Улыбнулся и по плечу Матрене рукой провел.

Матрена домой возвращается, сердце стучит, и воспоминания, как кадры в кино, мелькают. То Марю с Аней вспомнит, то доктора, как он сидит за столом и пишет, и медсестра его, Надежда Федоровна, выходит из кабинета и говорит: «Кто следующий по очереди?» Или вот, в чем же в кино идти. Платье есть, а вот сапог хороших нет. А если туфли надеть? Но как в туфлях по снегу?

Снег посыпался. Матрена закрыла нос ладонью. Дышит в варежку. Деревья в темноте срастаются друг с другом. Вокруг луны белый дым, и луна сквозь него в собирающуюся темень желтым глазом смотрит.

Матрена шла почти на ощупь, слушала свои шаги. Доктор забывался, словно его, как и лес, заносило снегом. Только шаги отзывались болью в голове и хотелось спать.

Перед спуском в деревню сгустилась особенная темнота, но скоро через просветы в деревьях замелькали над домами столбики дыма, кое-где горел в окнах свет.

– Маря потерялась. Аня дома, а Мари – нет, в лес убежала. Кругом искали, – выскочила на Матрену белым лицом соседка Вера.

Сердце почти остановилось. Так лавина начинается со снежной пыли.

И уже не понимая обрушивающихся на нее слов, побежала Матрена обратно в лес, в страшную ночную тишину, туда, где плачет глупенькая Маря, и Матрена не знает где. Ей казалось, что Маря повсюду, но Мари нигде не было.

Матрена плутала по лесу, как потерявшаяся корова, бессмысленно, звеня отчаянием, как колокольчиком. Она просила того, кто сидит над звездами, пожалеть ее, избавить от этого горя, но лес был темен и тих, и звезды темны и тихи, и небо, и все вокруг.
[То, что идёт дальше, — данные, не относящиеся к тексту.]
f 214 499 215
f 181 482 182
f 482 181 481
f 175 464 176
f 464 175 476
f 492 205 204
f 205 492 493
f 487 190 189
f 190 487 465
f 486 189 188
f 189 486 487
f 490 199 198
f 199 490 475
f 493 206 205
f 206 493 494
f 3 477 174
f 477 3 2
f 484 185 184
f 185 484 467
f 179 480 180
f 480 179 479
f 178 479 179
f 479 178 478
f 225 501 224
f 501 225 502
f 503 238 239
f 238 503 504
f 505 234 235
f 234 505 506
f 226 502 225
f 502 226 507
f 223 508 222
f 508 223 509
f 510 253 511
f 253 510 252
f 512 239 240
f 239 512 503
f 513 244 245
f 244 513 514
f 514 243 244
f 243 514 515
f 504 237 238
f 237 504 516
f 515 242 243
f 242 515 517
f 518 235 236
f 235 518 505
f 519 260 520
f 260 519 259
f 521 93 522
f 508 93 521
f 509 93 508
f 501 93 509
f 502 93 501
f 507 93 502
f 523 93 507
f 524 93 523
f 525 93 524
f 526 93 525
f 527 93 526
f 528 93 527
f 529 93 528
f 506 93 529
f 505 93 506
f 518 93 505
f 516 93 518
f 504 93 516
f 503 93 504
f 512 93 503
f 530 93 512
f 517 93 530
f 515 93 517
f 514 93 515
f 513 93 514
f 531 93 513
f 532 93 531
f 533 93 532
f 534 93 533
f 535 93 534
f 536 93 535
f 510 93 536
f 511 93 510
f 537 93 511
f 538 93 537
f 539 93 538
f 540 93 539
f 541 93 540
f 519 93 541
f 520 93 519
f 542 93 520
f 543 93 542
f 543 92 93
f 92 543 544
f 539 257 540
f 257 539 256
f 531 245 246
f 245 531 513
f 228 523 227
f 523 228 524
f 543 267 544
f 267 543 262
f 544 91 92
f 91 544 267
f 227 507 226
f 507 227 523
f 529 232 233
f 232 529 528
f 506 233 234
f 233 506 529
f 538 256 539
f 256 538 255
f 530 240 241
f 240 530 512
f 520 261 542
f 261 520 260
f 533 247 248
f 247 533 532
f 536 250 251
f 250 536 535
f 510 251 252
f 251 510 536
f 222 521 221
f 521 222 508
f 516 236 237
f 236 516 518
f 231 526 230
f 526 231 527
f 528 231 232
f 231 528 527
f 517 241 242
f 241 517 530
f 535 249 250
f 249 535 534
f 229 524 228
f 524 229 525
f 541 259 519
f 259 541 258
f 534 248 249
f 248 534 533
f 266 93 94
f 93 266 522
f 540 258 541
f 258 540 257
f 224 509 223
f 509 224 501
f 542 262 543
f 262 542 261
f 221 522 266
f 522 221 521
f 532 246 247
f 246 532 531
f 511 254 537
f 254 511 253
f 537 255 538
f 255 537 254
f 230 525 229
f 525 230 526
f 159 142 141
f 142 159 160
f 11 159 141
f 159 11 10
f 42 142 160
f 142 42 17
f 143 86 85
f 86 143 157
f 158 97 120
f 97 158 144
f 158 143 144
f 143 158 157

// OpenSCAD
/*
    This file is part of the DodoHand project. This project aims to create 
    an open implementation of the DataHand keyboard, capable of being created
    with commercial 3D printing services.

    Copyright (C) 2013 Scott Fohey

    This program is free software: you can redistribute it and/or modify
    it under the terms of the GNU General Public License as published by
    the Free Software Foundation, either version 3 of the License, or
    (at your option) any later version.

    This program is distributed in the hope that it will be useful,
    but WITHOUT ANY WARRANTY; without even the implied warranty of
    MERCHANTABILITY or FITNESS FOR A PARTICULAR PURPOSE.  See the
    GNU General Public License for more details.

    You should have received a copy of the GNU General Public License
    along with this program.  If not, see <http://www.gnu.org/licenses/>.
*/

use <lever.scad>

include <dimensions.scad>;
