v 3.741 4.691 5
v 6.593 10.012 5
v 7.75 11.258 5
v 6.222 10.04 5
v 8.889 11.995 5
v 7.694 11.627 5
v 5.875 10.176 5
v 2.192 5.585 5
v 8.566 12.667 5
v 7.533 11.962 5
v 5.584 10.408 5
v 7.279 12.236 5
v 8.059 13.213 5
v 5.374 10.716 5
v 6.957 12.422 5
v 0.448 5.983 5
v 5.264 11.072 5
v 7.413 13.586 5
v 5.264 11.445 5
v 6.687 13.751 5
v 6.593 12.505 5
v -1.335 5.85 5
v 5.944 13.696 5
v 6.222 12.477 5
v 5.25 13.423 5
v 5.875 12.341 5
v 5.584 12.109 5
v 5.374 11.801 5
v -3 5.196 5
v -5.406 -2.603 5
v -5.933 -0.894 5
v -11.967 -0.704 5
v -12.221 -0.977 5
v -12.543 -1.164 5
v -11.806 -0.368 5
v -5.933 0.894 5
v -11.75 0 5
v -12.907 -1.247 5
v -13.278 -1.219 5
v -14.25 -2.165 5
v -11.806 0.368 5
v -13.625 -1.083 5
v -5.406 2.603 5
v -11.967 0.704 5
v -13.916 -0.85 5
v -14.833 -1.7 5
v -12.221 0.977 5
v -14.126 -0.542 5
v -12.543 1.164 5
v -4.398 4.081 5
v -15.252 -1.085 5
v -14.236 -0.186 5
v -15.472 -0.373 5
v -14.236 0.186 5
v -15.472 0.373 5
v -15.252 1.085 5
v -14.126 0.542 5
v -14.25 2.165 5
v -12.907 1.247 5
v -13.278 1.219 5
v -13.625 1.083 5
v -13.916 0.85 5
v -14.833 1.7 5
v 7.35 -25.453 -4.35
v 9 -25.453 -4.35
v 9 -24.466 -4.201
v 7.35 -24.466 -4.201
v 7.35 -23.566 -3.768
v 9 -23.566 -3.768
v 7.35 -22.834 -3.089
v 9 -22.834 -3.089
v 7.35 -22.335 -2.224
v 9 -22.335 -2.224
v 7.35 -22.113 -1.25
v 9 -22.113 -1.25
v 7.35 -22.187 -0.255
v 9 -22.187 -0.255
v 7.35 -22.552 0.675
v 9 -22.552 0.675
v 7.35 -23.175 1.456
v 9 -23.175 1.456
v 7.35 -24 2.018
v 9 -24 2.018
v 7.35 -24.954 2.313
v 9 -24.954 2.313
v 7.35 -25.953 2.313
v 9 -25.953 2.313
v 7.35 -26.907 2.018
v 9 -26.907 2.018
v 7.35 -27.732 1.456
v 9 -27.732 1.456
Когда закончились силы ходить, села в снег и завыла. И если бы не Аня, то легла бы в сырое, холодное и не встала бы никогда.

Снег успокоился. Было тихо, хорошо, как на новогодней открытке, только фельдшерский дом смотрел на Матрену мертвыми темными окнами. Она шла навстречу этой страшной тишине, стучали зубы, дрожало все тело. «Не давала им синюю бархатную бумагу трогать. Ничего у них не было, а я ругала, не трогайте, не берите». И следом про доктора, как ничего не ответила на его вопрос о детях.

– Это Бог наказал. Меня Бог наказал, – повторяла Матрена и била себя по губам.